EXERCISE REQUIREMENTS → Can you transcribe every record below exactly as it appears?

↓↓↓

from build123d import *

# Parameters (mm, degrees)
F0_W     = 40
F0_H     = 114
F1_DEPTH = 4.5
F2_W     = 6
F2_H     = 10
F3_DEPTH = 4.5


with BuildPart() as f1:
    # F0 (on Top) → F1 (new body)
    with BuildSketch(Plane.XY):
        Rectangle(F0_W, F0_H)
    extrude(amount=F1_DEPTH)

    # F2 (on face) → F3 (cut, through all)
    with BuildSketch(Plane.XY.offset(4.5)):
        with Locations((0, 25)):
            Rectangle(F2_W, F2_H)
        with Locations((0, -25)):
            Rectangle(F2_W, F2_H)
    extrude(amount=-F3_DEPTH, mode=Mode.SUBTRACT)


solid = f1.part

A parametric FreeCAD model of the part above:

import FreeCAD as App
import Part
import Sketcher

doc = App.newDocument("Part")
body = doc.addObject("PartDesign::Body", "Body")

# Sketch on XY plane
sketch1 = body.newObject("Sketcher::SketchObject", "Sketch")
sketch1.AttachmentSupport = (doc.getObject("XY_Plane"), [""])
sketch1.MapMode = "FlatFace"
sketch1.addGeometry([
    Part.LineSegment(App.Vector(-20, 57, 0), App.Vector(-20, -57, 0)),
    Part.LineSegment(App.Vector(-20, -57, 0), App.Vector(20, -57, 0)),
    Part.LineSegment(App.Vector(20, -57, 0), App.Vector(20, 57, 0)),
    Part.LineSegment(App.Vector(20, 57, 0), App.Vector(-20, 57, 0)),
], False)
sketch1.addConstraint([
    Sketcher.Constraint("Coincident", 0, 2, 1, 1),
    Sketcher.Constraint("Coincident", 1, 2, 2, 1),
    Sketcher.Constraint("Coincident", 2, 2, 3, 1),
    Sketcher.Constraint("Coincident", 3, 2, 0, 1),
    Sketcher.Constraint("Vertical", 0),
    Sketcher.Constraint("Horizontal", 1),
    Sketcher.Constraint("Vertical", 2),
    Sketcher.Constraint("Horizontal", 3),
    Sketcher.Constraint("Symmetric", 0, 2, 2, 2, -1, 1),
    Sketcher.Constraint("DistanceX", 1, 1, 1, 2, 40.0),
    Sketcher.Constraint("DistanceY", 0, 2, 0, 1, 114.0),
])
pad1 = body.newObject("PartDesign::Pad", "Pad")
pad1.Profile = sketch1
pad1.Length = 4.5

# Sketch on XY plane
sketch2 = body.newObject("Sketcher::SketchObject", "Sketch001")
sketch2.AttachmentSupport = (doc.getObject("XY_Plane"), [""])
sketch2.MapMode = "FlatFace"
sketch2.AttachmentOffset = App.Placement(App.Vector(0, 0, 4.5), App.Rotation())
sketch2.addGeometry([
    Part.LineSegment(App.Vector(-3, 30, 0), App.Vector(-3, 20, 0)),  # 0
    Part.LineSegment(App.Vector(-3, 20, 0), App.Vector(3, 20, 0)),  # 1
    Part.LineSegment(App.Vector(3, 20, 0), App.Vector(3, 30, 0)),  # 2
    Part.LineSegment(App.Vector(3, 30, 0), App.Vector(-3, 30, 0)),  # 3
    Part.LineSegment(App.Vector(-3, -20, 0), App.Vector(-3, -30, 0)),  # 4
    Part.LineSegment(App.Vector(-3, -30, 0), App.Vector(3, -30, 0)),  # 5
    Part.LineSegment(App.Vector(3, -30, 0), App.Vector(3, -20, 0)),  # 6
    Part.LineSegment(App.Vector(3, -20, 0), App.Vector(-3, -20, 0)),  # 7
], False)
sketch2.addConstraint([
    Sketcher.Constraint("Coincident", 0, 2, 1, 1),
    Sketcher.Constraint("Coincident", 1, 2, 2, 1),
    Sketcher.Constraint("Coincident", 2, 2, 3, 1),
    Sketcher.Constraint("Coincident", 3, 2, 0, 1),
    Sketcher.Constraint("Coincident", 4, 2, 5, 1),
    Sketcher.Constraint("Coincident", 5, 2, 6, 1),
    Sketcher.Constraint("Coincident", 6, 2, 7, 1),
    Sketcher.Constraint("Coincident", 7, 2, 4, 1),
    Sketcher.Constraint("Vertical", 0),
    Sketcher.Constraint("Horizontal", 1),
    Sketcher.Constraint("Vertical", 2),
    Sketcher.Constraint("Horizontal", 3),
    Sketcher.Constraint("Vertical", 4),
    Sketcher.Constraint("Horizontal", 5),
    Sketcher.Constraint("Vertical", 6),
    Sketcher.Constraint("Horizontal", 7),
    Sketcher.Constraint("Symmetric", 2, 2, 4, 2, -1, 1),
    Sketcher.Constraint("Symmetric", 0, 2, 6, 2, -1, 1),
    Sketcher.Constraint("Vertical", 3, 2, 4, 2),
    Sketcher.Constraint("DistanceX", 1, 1, 1, 2, 6.0),
    Sketcher.Constraint("DistanceY", 0, 2, 0, 1, 10.0),
    Sketcher.Constraint("DistanceY", -1, 1, 0, 2, 20.0),
])
pocket1 = body.newObject("PartDesign::Pocket", "Pocket")
pocket1.Profile = sketch2
pocket1.Type = "ThroughAll"

doc.recompute()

↑↑↑

EXERCISE RESPONSE →
from build123d import *

# Parameters (mm, degrees)
F0_W     = 40
F0_H     = 114
F1_DEPTH = 4.5
F2_W     = 6
F2_H     = 10
F3_DEPTH = 4.5


with BuildPart() as f1:
    # F0 (on Top) → F1 (new body)
    with BuildSketch(Plane.XY):
        Rectangle(F0_W, F0_H)
    extrude(amount=F1_DEPTH)

    # F2 (on face) → F3 (cut, through all)
    with BuildSketch(Plane.XY.offset(4.5)):
        with Locations((0, 25)):
            Rectangle(F2_W, F2_H)
        with Locations((0, -25)):
            Rectangle(F2_W, F2_H)
    extrude(amount=-F3_DEPTH, mode=Mode.SUBTRACT)


solid = f1.part

A parametric FreeCAD model of the part above:

import FreeCAD as App
import Part
import Sketcher

doc = App.newDocument("Part")
body = doc.addObject("PartDesign::Body", "Body")

# Sketch on XY plane
sketch1 = body.newObject("Sketcher::SketchObject", "Sketch")
sketch1.AttachmentSupport = (doc.getObject("XY_Plane"), [""])
sketch1.MapMode = "FlatFace"
sketch1.addGeometry([
    Part.LineSegment(App.Vector(-20, 57, 0), App.Vector(-20, -57, 0)),
    Part.LineSegment(App.Vector(-20, -57, 0), App.Vector(20, -57, 0)),
    Part.LineSegment(App.Vector(20, -57, 0), App.Vector(20, 57, 0)),
    Part.LineSegment(App.Vector(20, 57, 0), App.Vector(-20, 57, 0)),
], False)
sketch1.addConstraint([
    Sketcher.Constraint("Coincident", 0, 2, 1, 1),
    Sketcher.Constraint("Coincident", 1, 2, 2, 1),
    Sketcher.Constraint("Coincident", 2, 2, 3, 1),
    Sketcher.Constraint("Coincident", 3, 2, 0, 1),
    Sketcher.Constraint("Vertical", 0),
    Sketcher.Constraint("Horizontal", 1),
    Sketcher.Constraint("Vertical", 2),
    Sketcher.Constraint("Horizontal", 3),
    Sketcher.Constraint("Symmetric", 0, 2, 2, 2, -1, 1),
    Sketcher.Constraint("DistanceX", 1, 1, 1, 2, 40.0),
    Sketcher.Constraint("DistanceY", 0, 2, 0, 1, 114.0),
])
pad1 = body.newObject("PartDesign::Pad", "Pad")
pad1.Profile = sketch1
pad1.Length = 4.5

# Sketch on XY plane
sketch2 = body.newObject("Sketcher::SketchObject", "Sketch001")
sketch2.AttachmentSupport = (doc.getObject("XY_Plane"), [""])
sketch2.MapMode = "FlatFace"
sketch2.AttachmentOffset = App.Placement(App.Vector(0, 0, 4.5), App.Rotation())
sketch2.addGeometry([
    Part.LineSegment(App.Vector(-3, 30, 0), App.Vector(-3, 20, 0)),  # 0
    Part.LineSegment(App.Vector(-3, 20, 0), App.Vector(3, 20, 0)),  # 1
    Part.LineSegment(App.Vector(3, 20, 0), App.Vector(3, 30, 0)),  # 2
    Part.LineSegment(App.Vector(3, 30, 0), App.Vector(-3, 30, 0)),  # 3
    Part.LineSegment(App.Vector(-3, -20, 0), App.Vector(-3, -30, 0)),  # 4
    Part.LineSegment(App.Vector(-3, -30, 0), App.Vector(3, -30, 0)),  # 5
    Part.LineSegment(App.Vector(3, -30, 0), App.Vector(3, -20, 0)),  # 6
    Part.LineSegment(App.Vector(3, -20, 0), App.Vector(-3, -20, 0)),  # 7
], False)
sketch2.addConstraint([
    Sketcher.Constraint("Coincident", 0, 2, 1, 1),
    Sketcher.Constraint("Coincident", 1, 2, 2, 1),
    Sketcher.Constraint("Coincident", 2, 2, 3, 1),
    Sketcher.Constraint("Coincident", 3, 2, 0, 1),
    Sketcher.Constraint("Coincident", 4, 2, 5, 1),
    Sketcher.Constraint("Coincident", 5, 2, 6, 1),
    Sketcher.Constraint("Coincident", 6, 2, 7, 1),
    Sketcher.Constraint("Coincident", 7, 2, 4, 1),
    Sketcher.Constraint("Vertical", 0),
    Sketcher.Constraint("Horizontal", 1),
    Sketcher.Constraint("Vertical", 2),
    Sketcher.Constraint("Horizontal", 3),
    Sketcher.Constraint("Vertical", 4),
    Sketcher.Constraint("Horizontal", 5),
    Sketcher.Constraint("Vertical", 6),
    Sketcher.Constraint("Horizontal", 7),
    Sketcher.Constraint("Symmetric", 2, 2, 4, 2, -1, 1),
    Sketcher.Constraint("Symmetric", 0, 2, 6, 2, -1, 1),
    Sketcher.Constraint("Vertical", 3, 2, 4, 2),
    Sketcher.Constraint("DistanceX", 1, 1, 1, 2, 6.0),
    Sketcher.Constraint("DistanceY", 0, 2, 0, 1, 10.0),
    Sketcher.Constraint("DistanceY", -1, 1, 0, 2, 20.0),
])
pocket1 = body.newObject("PartDesign::Pocket", "Pocket")
pocket1.Profile = sketch2
pocket1.Type = "ThroughAll"

doc.recompute()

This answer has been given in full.